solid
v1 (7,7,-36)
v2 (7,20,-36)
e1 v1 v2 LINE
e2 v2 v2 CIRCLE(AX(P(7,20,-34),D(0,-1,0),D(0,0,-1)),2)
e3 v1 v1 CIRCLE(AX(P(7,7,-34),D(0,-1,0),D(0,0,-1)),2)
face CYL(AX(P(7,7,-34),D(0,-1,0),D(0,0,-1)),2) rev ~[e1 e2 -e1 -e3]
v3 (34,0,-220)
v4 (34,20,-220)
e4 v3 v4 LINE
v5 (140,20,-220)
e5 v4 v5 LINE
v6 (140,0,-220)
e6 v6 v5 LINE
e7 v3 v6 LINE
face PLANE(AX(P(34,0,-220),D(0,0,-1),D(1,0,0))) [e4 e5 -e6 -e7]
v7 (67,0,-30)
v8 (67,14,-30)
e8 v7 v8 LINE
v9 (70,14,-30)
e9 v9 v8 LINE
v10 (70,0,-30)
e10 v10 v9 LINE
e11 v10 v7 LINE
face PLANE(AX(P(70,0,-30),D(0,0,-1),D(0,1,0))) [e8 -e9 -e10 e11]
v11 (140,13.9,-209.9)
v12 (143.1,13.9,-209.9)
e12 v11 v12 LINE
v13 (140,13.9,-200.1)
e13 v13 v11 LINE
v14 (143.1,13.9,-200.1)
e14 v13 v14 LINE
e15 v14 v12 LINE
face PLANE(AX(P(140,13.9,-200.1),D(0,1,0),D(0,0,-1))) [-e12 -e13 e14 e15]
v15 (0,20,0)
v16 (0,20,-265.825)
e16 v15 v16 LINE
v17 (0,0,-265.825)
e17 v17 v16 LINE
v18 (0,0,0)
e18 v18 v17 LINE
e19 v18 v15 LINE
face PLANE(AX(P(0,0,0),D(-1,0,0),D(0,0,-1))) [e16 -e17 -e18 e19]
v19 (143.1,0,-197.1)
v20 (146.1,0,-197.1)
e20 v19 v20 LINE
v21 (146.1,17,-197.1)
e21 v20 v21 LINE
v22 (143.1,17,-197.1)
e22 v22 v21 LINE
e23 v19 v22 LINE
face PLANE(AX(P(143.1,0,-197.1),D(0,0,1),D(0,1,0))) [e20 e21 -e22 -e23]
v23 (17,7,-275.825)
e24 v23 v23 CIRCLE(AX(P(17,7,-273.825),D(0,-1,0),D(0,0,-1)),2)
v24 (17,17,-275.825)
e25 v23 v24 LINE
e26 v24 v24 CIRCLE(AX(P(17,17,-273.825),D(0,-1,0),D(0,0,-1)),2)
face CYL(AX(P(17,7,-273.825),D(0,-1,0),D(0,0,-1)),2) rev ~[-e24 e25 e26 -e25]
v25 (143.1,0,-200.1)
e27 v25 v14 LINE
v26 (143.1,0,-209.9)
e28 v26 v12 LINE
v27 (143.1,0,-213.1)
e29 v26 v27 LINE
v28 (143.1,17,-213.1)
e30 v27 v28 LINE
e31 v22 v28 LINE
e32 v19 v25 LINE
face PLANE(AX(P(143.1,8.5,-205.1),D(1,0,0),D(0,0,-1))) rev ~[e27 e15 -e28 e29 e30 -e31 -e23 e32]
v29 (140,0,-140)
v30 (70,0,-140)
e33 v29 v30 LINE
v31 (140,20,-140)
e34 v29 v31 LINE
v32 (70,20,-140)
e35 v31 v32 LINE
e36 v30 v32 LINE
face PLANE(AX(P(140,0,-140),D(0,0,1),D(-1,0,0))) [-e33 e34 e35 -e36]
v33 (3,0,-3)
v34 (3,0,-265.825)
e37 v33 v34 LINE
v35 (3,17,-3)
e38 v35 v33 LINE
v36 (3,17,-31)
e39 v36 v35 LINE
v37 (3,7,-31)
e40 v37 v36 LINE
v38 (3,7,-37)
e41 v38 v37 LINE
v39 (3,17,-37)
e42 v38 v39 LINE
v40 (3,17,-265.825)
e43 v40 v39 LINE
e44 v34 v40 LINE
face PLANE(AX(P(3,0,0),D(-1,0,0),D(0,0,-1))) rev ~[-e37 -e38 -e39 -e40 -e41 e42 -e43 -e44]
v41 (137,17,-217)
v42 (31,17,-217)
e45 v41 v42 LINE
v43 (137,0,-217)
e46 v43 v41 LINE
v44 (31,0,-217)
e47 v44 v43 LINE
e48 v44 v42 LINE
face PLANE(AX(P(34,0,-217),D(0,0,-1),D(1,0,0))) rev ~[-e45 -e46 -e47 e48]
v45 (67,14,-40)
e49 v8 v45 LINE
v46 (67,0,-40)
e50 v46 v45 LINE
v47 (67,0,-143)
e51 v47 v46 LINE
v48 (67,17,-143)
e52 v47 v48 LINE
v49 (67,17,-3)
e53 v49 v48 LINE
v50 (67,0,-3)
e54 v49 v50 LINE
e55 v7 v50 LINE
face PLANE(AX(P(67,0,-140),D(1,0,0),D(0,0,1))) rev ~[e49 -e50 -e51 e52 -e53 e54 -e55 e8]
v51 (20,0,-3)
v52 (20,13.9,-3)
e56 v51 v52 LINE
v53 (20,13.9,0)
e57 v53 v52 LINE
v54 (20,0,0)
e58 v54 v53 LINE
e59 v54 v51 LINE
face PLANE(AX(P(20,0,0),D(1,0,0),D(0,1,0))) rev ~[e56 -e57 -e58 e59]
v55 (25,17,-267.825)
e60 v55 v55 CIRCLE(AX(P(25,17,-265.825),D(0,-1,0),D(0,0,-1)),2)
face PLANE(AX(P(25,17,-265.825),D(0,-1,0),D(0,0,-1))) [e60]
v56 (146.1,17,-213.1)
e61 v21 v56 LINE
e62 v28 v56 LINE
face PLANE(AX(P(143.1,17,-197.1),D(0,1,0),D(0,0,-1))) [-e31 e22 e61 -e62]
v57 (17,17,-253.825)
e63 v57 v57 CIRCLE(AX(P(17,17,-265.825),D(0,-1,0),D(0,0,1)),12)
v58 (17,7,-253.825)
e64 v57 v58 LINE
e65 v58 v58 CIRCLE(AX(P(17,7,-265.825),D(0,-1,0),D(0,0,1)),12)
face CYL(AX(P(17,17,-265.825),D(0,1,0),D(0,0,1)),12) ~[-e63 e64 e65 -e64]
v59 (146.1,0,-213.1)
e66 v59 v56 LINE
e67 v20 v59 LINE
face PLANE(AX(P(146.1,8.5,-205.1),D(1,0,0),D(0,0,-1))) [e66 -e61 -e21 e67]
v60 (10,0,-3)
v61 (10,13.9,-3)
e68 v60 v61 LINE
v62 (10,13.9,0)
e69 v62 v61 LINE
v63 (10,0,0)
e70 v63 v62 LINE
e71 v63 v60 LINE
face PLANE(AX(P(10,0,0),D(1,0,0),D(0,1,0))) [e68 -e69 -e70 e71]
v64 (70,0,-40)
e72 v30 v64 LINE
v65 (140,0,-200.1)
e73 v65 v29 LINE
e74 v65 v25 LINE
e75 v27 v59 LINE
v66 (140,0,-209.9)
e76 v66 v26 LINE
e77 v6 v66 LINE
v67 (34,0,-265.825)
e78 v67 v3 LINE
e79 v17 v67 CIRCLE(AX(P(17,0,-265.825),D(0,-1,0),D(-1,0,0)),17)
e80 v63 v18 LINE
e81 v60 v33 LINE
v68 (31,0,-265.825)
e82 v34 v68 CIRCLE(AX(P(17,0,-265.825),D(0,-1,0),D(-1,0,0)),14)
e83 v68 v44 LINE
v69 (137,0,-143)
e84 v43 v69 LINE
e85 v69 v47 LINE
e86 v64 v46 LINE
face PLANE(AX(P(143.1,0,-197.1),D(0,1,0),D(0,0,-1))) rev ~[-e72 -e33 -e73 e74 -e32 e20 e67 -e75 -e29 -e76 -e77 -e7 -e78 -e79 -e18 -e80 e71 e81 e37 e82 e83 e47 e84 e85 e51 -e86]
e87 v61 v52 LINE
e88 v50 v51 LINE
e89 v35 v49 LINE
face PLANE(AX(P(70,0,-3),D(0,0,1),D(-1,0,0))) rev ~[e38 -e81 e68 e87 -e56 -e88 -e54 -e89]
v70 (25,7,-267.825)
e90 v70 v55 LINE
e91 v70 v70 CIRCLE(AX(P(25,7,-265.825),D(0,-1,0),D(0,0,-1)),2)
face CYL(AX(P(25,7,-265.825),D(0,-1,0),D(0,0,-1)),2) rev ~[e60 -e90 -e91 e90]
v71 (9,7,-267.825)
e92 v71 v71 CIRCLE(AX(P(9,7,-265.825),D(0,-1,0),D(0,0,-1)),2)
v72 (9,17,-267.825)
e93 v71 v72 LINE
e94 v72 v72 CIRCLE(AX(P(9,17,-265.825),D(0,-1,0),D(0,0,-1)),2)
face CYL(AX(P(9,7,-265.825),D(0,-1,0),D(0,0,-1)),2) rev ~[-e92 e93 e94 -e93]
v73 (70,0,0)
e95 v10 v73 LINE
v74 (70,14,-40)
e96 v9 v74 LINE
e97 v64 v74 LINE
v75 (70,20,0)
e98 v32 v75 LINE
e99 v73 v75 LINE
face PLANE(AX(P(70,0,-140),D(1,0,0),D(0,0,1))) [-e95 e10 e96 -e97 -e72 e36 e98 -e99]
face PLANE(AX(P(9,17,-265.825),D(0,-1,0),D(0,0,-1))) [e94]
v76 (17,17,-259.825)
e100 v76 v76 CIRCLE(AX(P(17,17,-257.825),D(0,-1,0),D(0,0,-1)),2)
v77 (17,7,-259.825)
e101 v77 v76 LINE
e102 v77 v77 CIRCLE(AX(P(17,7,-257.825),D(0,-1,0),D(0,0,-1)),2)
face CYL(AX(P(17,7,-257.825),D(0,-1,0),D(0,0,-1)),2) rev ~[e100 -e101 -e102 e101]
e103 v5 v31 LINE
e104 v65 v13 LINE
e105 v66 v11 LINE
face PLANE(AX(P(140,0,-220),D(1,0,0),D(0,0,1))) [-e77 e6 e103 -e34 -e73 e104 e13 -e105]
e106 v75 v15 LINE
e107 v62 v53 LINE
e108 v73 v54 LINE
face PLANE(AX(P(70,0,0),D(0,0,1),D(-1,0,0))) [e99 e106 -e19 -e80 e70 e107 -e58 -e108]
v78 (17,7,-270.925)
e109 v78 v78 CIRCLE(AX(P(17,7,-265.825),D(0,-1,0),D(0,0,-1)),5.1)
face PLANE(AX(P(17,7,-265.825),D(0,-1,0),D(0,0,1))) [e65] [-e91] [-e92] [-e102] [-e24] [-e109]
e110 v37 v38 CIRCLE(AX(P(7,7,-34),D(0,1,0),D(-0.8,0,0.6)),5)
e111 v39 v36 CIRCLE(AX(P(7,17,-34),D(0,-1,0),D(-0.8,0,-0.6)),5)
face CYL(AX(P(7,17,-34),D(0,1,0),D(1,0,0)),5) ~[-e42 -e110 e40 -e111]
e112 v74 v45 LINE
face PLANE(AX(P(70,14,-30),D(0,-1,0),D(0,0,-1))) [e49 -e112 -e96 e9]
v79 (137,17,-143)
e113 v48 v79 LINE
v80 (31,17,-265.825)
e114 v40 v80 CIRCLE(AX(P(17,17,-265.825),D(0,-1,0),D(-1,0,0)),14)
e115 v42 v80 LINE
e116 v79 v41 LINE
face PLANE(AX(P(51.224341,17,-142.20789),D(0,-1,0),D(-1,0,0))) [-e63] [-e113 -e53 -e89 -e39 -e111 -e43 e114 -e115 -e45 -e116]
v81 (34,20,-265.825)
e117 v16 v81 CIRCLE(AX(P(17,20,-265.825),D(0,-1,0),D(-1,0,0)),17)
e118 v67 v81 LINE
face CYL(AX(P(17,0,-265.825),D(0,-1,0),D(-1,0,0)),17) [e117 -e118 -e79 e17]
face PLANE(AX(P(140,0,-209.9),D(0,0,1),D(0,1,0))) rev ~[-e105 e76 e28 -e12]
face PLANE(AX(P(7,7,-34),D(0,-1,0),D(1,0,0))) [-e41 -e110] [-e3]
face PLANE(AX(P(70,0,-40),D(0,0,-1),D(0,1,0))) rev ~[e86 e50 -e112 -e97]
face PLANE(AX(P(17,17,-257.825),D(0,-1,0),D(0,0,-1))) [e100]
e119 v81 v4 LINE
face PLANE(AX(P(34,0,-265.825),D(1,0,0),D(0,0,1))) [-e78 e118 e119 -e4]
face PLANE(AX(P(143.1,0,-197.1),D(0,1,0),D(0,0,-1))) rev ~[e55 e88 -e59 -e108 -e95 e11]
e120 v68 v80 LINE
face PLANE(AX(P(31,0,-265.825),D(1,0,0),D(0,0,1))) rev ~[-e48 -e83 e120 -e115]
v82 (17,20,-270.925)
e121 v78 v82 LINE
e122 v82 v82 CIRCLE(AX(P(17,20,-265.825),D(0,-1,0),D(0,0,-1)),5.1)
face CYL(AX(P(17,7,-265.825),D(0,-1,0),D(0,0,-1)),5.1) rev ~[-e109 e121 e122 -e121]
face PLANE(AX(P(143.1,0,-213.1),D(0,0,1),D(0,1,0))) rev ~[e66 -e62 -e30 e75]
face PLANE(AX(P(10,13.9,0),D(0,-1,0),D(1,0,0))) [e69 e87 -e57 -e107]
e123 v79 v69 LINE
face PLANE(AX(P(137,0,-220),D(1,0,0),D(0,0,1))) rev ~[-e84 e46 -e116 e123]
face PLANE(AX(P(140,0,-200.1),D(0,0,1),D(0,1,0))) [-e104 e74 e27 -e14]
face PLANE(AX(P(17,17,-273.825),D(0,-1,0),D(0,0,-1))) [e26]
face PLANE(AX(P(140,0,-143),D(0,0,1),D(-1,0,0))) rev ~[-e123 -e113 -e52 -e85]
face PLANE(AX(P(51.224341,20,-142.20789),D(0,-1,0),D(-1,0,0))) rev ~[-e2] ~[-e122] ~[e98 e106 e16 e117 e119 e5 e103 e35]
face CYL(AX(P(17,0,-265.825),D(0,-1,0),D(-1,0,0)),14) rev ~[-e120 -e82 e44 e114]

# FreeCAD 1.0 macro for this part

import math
import FreeCAD as App
import Part
import Sketcher
Q = App.Units.Quantity


def faces_at(feature, points):
    """Names of the faces that lie closest to the given points."""
    faces = feature.Shape.Faces
    near = lambda p: min(range(len(faces)), key=lambda i: faces[i].distToShape(Part.Vertex(*p))[0])
    return sorted({f"Face{near(p) + 1}" for p in points})

doc = App.newDocument("Part")
body = doc.addObject("PartDesign::Body", "Body")

sketch1 = body.newObject("Sketcher::SketchObject", "Sketch")
sketch1.AttachmentSupport = (doc.getObject("XZ_Plane"), [""])
sketch1.MapMode = "FlatFace"
sketch1.addGeometry([
    Part.LineSegment(App.Vector(140, -140, 0), App.Vector(140, -220, 0)),
    Part.LineSegment(App.Vector(140, -220, 0), App.Vector(34, -220, 0)),
    Part.LineSegment(App.Vector(34, -220, 0), App.Vector(34, -266, 0)),
    Part.ArcOfCircle(Part.Circle(App.Vector(17, -266, 0), App.Vector(0, 0, 1), 17), math.radians(180), math.radians(360)),
    Part.LineSegment(App.Vector(0, -266, 0), App.Vector(0, 0, 0)),
    Part.LineSegment(App.Vector(0, 0, 0), App.Vector(70, 0, 0)),
    Part.LineSegment(App.Vector(70, 0, 0), App.Vector(70, -140, 0)),
    Part.LineSegment(App.Vector(70, -140, 0), App.Vector(140, -140, 0)),
], False)
sketch1.addConstraint([
    Sketcher.Constraint("Coincident", 0, 2, 1, 1),
    Sketcher.Constraint("Coincident", 1, 2, 2, 1),
    Sketcher.Constraint("Tangent", 2, 2, 3, 2),
    Sketcher.Constraint("Tangent", 3, 1, 4, 1),
    Sketcher.Constraint("Coincident", 4, 2, 5, 1),
    Sketcher.Constraint("Coincident", 5, 2, 6, 1),
    Sketcher.Constraint("Coincident", 6, 2, 7, 1),
    Sketcher.Constraint("Coincident", 7, 2, 0, 1),
    Sketcher.Constraint("Vertical", 0),
    Sketcher.Constraint("Horizontal", 1),
    Sketcher.Constraint("Vertical", 2),
    Sketcher.Constraint("Vertical", 4),
    Sketcher.Constraint("Horizontal", 5),
    Sketcher.Constraint("Vertical", 6),
    Sketcher.Constraint("Horizontal", 7),
    Sketcher.Constraint("Coincident", 4, 2, -1, 1),
    Sketcher.Constraint("Equal", 5, 7),
    Sketcher.Constraint("Radius", 3, Q("17 mm")),
    Sketcher.Constraint("DistanceX", 1, 2, 1, 1, Q("106 mm")),
    Sketcher.Constraint("DistanceY", 0, 2, 0, 1, Q("80 mm")),
    Sketcher.Constraint("DistanceY", 6, 2, 6, 1, Q("140 mm")),
    Sketcher.Constraint("DistanceY", 2, 2, 2, 1, Q("45.825 mm")),
])
pad1 = body.newObject("PartDesign::Pad", "Pad")
pad1.Profile = sketch1
pad1.Length = 20
pad1.Reversed = True
doc.recompute()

---------------

- _Activity_:
From the entries above, give again exactly the lines running from the line with "e30 v27 v28 LINE" to the line with "e75 v27 v59 LINE"; include both of those lines.

- _Answer area_:
e30 v27 v28 LINE
e31 v22 v28 LINE
e32 v19 v25 LINE
face PLANE(AX(P(143.1,8.5,-205.1),D(1,0,0),D(0,0,-1))) rev ~[e27 e15 -e28 e29 e30 -e31 -e23 e32]
v29 (140,0,-140)
v30 (70,0,-140)
e33 v29 v30 LINE
v31 (140,20,-140)
e34 v29 v31 LINE
v32 (70,20,-140)
e35 v31 v32 LINE
e36 v30 v32 LINE
face PLANE(AX(P(140,0,-140),D(0,0,1),D(-1,0,0))) [-e33 e34 e35 -e36]
v33 (3,0,-3)
v34 (3,0,-265.825)
e37 v33 v34 LINE
v35 (3,17,-3)
e38 v35 v33 LINE
v36 (3,17,-31)
e39 v36 v35 LINE
v37 (3,7,-31)
e40 v37 v36 LINE
v38 (3,7,-37)
e41 v38 v37 LINE
v39 (3,17,-37)
e42 v38 v39 LINE
v40 (3,17,-265.825)
e43 v40 v39 LINE
e44 v34 v40 LINE
face PLANE(AX(P(3,0,0),D(-1,0,0),D(0,0,-1))) rev ~[-e37 -e38 -e39 -e40 -e41 e42 -e43 -e44]
v41 (137,17,-217)
v42 (31,17,-217)
e45 v41 v42 LINE
v43 (137,0,-217)
e46 v43 v41 LINE
v44 (31,0,-217)
e47 v44 v43 LINE
e48 v44 v42 LINE
face PLANE(AX(P(34,0,-217),D(0,0,-1),D(1,0,0))) rev ~[-e45 -e46 -e47 e48]
v45 (67,14,-40)
e49 v8 v45 LINE
v46 (67,0,-40)
e50 v46 v45 LINE
v47 (67,0,-143)
e51 v47 v46 LINE
v48 (67,17,-143)
e52 v47 v48 LINE
v49 (67,17,-3)
e53 v49 v48 LINE
v50 (67,0,-3)
e54 v49 v50 LINE
e55 v7 v50 LINE
face PLANE(AX(P(67,0,-140),D(1,0,0),D(0,0,1))) rev ~[e49 -e50 -e51 e52 -e53 e54 -e55 e8]
v51 (20,0,-3)
v52 (20,13.9,-3)
e56 v51 v52 LINE
v53 (20,13.9,0)
e57 v53 v52 LINE
v54 (20,0,0)
e58 v54 v53 LINE
e59 v54 v51 LINE
face PLANE(AX(P(20,0,0),D(1,0,0),D(0,1,0))) rev ~[e56 -e57 -e58 e59]
v55 (25,17,-267.825)
e60 v55 v55 CIRCLE(AX(P(25,17,-265.825),D(0,-1,0),D(0,0,-1)),2)
face PLANE(AX(P(25,17,-265.825),D(0,-1,0),D(0,0,-1))) [e60]
v56 (146.1,17,-213.1)
e61 v21 v56 LINE
e62 v28 v56 LINE
face PLANE(AX(P(143.1,17,-197.1),D(0,1,0),D(0,0,-1))) [-e31 e22 e61 -e62]
v57 (17,17,-253.825)
e63 v57 v57 CIRCLE(AX(P(17,17,-265.825),D(0,-1,0),D(0,0,1)),12)
v58 (17,7,-253.825)
e64 v57 v58 LINE
e65 v58 v58 CIRCLE(AX(P(17,7,-265.825),D(0,-1,0),D(0,0,1)),12)
face CYL(AX(P(17,17,-265.825),D(0,1,0),D(0,0,1)),12) ~[-e63 e64 e65 -e64]
v59 (146.1,0,-213.1)
e66 v59 v56 LINE
e67 v20 v59 LINE
face PLANE(AX(P(146.1,8.5,-205.1),D(1,0,0),D(0,0,-1))) [e66 -e61 -e21 e67]
v60 (10,0,-3)
v61 (10,13.9,-3)
e68 v60 v61 LINE
v62 (10,13.9,0)
e69 v62 v61 LINE
v63 (10,0,0)
e70 v63 v62 LINE
e71 v63 v60 LINE
face PLANE(AX(P(10,0,0),D(1,0,0),D(0,1,0))) [e68 -e69 -e70 e71]
v64 (70,0,-40)
e72 v30 v64 LINE
v65 (140,0,-200.1)
e73 v65 v29 LINE
e74 v65 v25 LINE
e75 v27 v59 LINE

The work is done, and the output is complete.